EXERCISE DETAILS:
Beginning with the first line, please return the entries exactly through the line that contains "Circle(SKETCH3_R)", and leave out all later lines.

SOURCE DATA:
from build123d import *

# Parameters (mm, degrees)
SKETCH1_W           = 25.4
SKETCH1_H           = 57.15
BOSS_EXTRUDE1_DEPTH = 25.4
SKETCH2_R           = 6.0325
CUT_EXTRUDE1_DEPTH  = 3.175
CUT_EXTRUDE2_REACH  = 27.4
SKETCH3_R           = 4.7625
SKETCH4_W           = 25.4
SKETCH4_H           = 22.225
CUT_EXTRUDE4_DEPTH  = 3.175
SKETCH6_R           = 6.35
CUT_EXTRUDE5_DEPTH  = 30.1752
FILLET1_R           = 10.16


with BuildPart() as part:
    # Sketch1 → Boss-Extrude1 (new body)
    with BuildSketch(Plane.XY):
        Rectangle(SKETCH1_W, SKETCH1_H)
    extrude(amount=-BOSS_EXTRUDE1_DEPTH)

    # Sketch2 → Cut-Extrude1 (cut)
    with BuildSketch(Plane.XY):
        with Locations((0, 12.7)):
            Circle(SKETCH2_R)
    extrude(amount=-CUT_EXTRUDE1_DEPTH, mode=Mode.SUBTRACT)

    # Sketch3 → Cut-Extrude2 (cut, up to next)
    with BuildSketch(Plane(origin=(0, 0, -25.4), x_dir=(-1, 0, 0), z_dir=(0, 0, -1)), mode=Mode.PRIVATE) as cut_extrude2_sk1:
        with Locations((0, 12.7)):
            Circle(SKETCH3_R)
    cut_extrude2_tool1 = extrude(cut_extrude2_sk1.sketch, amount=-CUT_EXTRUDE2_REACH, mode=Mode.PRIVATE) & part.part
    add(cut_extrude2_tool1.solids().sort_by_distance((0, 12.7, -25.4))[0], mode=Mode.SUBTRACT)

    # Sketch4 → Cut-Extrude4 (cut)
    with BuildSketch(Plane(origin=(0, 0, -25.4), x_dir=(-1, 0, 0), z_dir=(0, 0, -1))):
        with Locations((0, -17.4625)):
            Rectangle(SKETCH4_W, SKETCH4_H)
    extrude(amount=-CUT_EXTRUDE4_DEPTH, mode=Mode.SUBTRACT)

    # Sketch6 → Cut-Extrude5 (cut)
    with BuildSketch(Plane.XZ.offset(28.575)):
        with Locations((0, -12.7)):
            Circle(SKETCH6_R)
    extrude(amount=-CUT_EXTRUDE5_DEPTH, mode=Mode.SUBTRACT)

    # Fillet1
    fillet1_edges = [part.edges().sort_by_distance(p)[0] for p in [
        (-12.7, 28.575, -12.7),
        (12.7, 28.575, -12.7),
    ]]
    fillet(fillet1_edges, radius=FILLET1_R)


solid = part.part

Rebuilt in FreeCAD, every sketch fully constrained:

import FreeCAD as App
import Part
import Sketcher
from FreeCAD import Vector
Q = App.Units.Quantity


def edges_at(feature, points):
    """Names of the edges that pass closest to the given points."""
    edges = feature.Shape.Edges
    near = lambda p: min(range(len(edges)), key=lambda i: edges[i].distToShape(Part.Vertex(*p))[0])
    return sorted({f"Edge{near(p) + 1}" for p in points})

doc = App.newDocument("Part")
body = doc.addObject("PartDesign::Body", "Body")

# Sketch on XY plane
sketch1 = doc.addObject("Sketcher::SketchObject", "Sketch")
body.addObject(sketch1)
sketch1.AttachmentSupport = (doc.XY_Plane, [""])
sketch1.MapMode = "FlatFace"
sketch1.addGeometry(Part.LineSegment(Vector(-13, 29, 0), Vector(-13, -29, 0)), False)
sketch1.addGeometry(Part.LineSegment(Vector(-13, -29, 0), Vector(13, -29, 0)), False)
sketch1.addGeometry(Part.LineSegment(Vector(13, -29, 0), Vector(13, 29, 0)), False)
sketch1.addGeometry(Part.LineSegment(Vector(13, 29, 0), Vector(-13, 29, 0)), False)
sketch1.addConstraint(Sketcher.Constraint("Coincident", 0, 2, 1, 1))
sketch1.addConstraint(Sketcher.Constraint("Coincident", 1, 2, 2, 1))
sketch1.addConstraint(Sketcher.Constraint("Coincident", 2, 2, 3, 1))
sketch1.addConstraint(Sketcher.Constraint("Coincident", 3, 2, 0, 1))
sketch1.addConstraint(Sketcher.Constraint("Vertical", 0))
sketch1.addConstraint(Sketcher.Constraint("Horizontal", 1))
sketch1.addConstraint(Sketcher.Constraint("Vertical", 2))
sketch1.addConstraint(Sketcher.Constraint("Horizontal", 3))
sketch1.addConstraint(Sketcher.Constraint("Symmetric", 0, 2, 2, 2, -1, 1))
sketch1.addConstraint(Sketcher.Constraint("DistanceX", 1, 1, 1, 2, Q("1 in")))
sketch1.addConstraint(Sketcher.Constraint("DistanceY", 0, 2, 0, 1, Q("2.25 in")))
pad1 = doc.addObject("PartDesign::Pad", "Pad")
body.addObject(pad1)
pad1.Profile = sketch1
pad1.Length = Q("1 in")
pad1.Reversed = True

# Sketch on XY plane
sketch2 = doc.addObject("Sketcher::SketchObject", "Sketch001")
body.addObject(sketch2)
sketch2.AttachmentSupport = (doc.XY_Plane, [""])
sketch2.MapMode = "FlatFace"
sketch2.addGeometry(Part.Circle(Vector(0, 13, 0), Vector(0, 0, 1), 6), False)
sketch2.addConstraint(Sketcher.Constraint("PointOnObject", 0, 3, -2))
sketch2.addConstraint(Sketcher.Constraint("Diameter", 0, Q("0.475 in")))
sketch2.addConstraint(Sketcher.Constraint("DistanceY", -1, 1, 0, 3, Q("0.5 in")))
pocket1 = doc.addObject("PartDesign::Pocket", "Pocket")
body.addObject(pocket1)
pocket1.Profile = sketch2
pocket1.Length = Q("0.125 in")

# Sketch on XY plane
sketch3 = doc.addObject("Sketcher::SketchObject", "Sketch002")
body.addObject(sketch3)
sketch3.AttachmentSupport = (doc.XY_Plane, [""])
sketch3.MapMode = "FlatFace"
sketch3.AttachmentOffset = App.Placement(Vector(0, 0, -1 * 25.4), App.Rotation())
sketch3.addGeometry(Part.Circle(Vector(0, 12.7, 0), Vector(0, 0, 1), 4.8), False)
sketch3.addConstraint(Sketcher.Constraint("PointOnObject", 0, 3, -2))
sketch3.addConstraint(Sketcher.Constraint("Diameter", 0, Q("0.375 in")))
sketch3.addConstraint(Sketcher.Constraint("DistanceY", -1, 1, 0, 3, Q("0.5 in")))
pocket2 = doc.addObject("PartDesign::Pocket", "Pocket001")
body.addObject(pocket2)
pocket2.Profile = sketch3
pocket2.Type = "UpToFirst"
pocket2.Reversed = True

# Sketch on XY plane
sketch4 = doc.addObject("Sketcher::SketchObject", "Sketch003")
body.addObject(sketch4)
sketch4.AttachmentSupport = (doc.XY_Plane, [""])
sketch4.MapMode = "FlatFace"
sketch4.AttachmentOffset = App.Placement(Vector(0, 0, -1 * 25.4), App.Rotation())
sketch4.addGeometry(Part.LineSegment(Vector(13, -6, 0), Vector(13, -29, 0)), False)
sketch4.addGeometry(Part.LineSegment(Vector(13, -29, 0), Vector(-13, -29, 0)), False)
sketch4.addGeometry(Part.LineSegment(Vector(-13, -29, 0), Vector(-13, -6, 0)), False)
sketch4.addGeometry(Part.LineSegment(Vector(-13, -6, 0), Vector(13, -6, 0)), False)
sketch4.addConstraint(Sketcher.Constraint("Coincident", 0, 2, 1, 1))
sketch4.addConstraint(Sketcher.Constraint("Coincident", 1, 2, 2, 1))
sketch4.addConstraint(Sketcher.Constraint("Coincident", 2, 2, 3, 1))
sketch4.addConstraint(Sketcher.Constraint("Coincident", 3, 2, 0, 1))
sketch4.addConstraint(Sketcher.Constraint("Vertical", 0))
sketch4.addConstraint(Sketcher.Constraint("Horizontal", 1))
sketch4.addConstraint(Sketcher.Constraint("Vertical", 2))
sketch4.addConstraint(Sketcher.Constraint("Horizontal", 3))
sketch4.addConstraint(Sketcher.Constraint("DistanceX", 1, 2, 1, 1, Q("1 in")))
sketch4.addConstraint(Sketcher.Constraint("DistanceX", -1, 1, 0, 2, Q("0.5 in")))
sketch4.addConstraint(Sketcher.Constraint("DistanceY", 0, 2, 0, 1, Q("0.875 in")))
sketch4.addConstraint(Sketcher.Constraint("DistanceY", 2, 2, -1, 1, Q("0.25 in")))
pocket3 = doc.addObject("PartDesign::Pocket", "Pocket002")
body.addObject(pocket3)
pocket3.Profile = sketch4
pocket3.Length = Q("0.125 in")
pocket3.Reversed = True

# Sketch on XZ plane
sketch5 = doc.addObject("Sketcher::SketchObject", "Sketch004")
body.addObject(sketch5)
sketch5.AttachmentSupport = (doc.XZ_Plane, [""])
sketch5.MapMode = "FlatFace"
sketch5.AttachmentOffset = App.Placement(Vector(0, 0, 1.125 * 25.4), App.Rotation())
sketch5.addGeometry(Part.Circle(Vector(0, -13, 0), Vector(0, 0, 1), 6), False)
sketch5.addConstraint(Sketcher.Constraint("PointOnObject", 0, 3, -2))
sketch5.addConstraint(Sketcher.Constraint("Diameter", 0, Q("0.5 in")))
sketch5.addConstraint(Sketcher.Constraint("DistanceY", 0, 3, -1, 1, Q("0.5 in")))
pocket4 = doc.addObject("PartDesign::Pocket", "Pocket003")
body.addObject(pocket4)
pocket4.Profile = sketch5
pocket4.Length = Q("1.188 in")
doc.recompute()

fillet = doc.addObject("PartDesign::Fillet", "Fillet")
body.addObject(fillet)
fillet.Base = (pocket4, edges_at(pocket4, [(-12.7, 28.575, -12.7), (12.7, 28.575, -12.7)]))
fillet.Radius = Q("0.4 in")

doc.recompute()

ANSWER SPACE:
from build123d import *

# Parameters (mm, degrees)
SKETCH1_W           = 25.4
SKETCH1_H           = 57.15
BOSS_EXTRUDE1_DEPTH = 25.4
SKETCH2_R           = 6.0325
CUT_EXTRUDE1_DEPTH  = 3.175
CUT_EXTRUDE2_REACH  = 27.4
SKETCH3_R           = 4.7625
SKETCH4_W           = 25.4
SKETCH4_H           = 22.225
CUT_EXTRUDE4_DEPTH  = 3.175
SKETCH6_R           = 6.35
CUT_EXTRUDE5_DEPTH  = 30.1752
FILLET1_R           = 10.16


with BuildPart() as part:
    # Sketch1 → Boss-Extrude1 (new body)
    with BuildSketch(Plane.XY):
        Rectangle(SKETCH1_W, SKETCH1_H)
    extrude(amount=-BOSS_EXTRUDE1_DEPTH)

    # Sketch2 → Cut-Extrude1 (cut)
    with BuildSketch(Plane.XY):
        with Locations((0, 12.7)):
            Circle(SKETCH2_R)
    extrude(amount=-CUT_EXTRUDE1_DEPTH, mode=Mode.SUBTRACT)

    # Sketch3 → Cut-Extrude2 (cut, up to next)
    with BuildSketch(Plane(origin=(0, 0, -25.4), x_dir=(-1, 0, 0), z_dir=(0, 0, -1)), mode=Mode.PRIVATE) as cut_extrude2_sk1:
        with Locations((0, 12.7)):
            Circle(SKETCH3_R)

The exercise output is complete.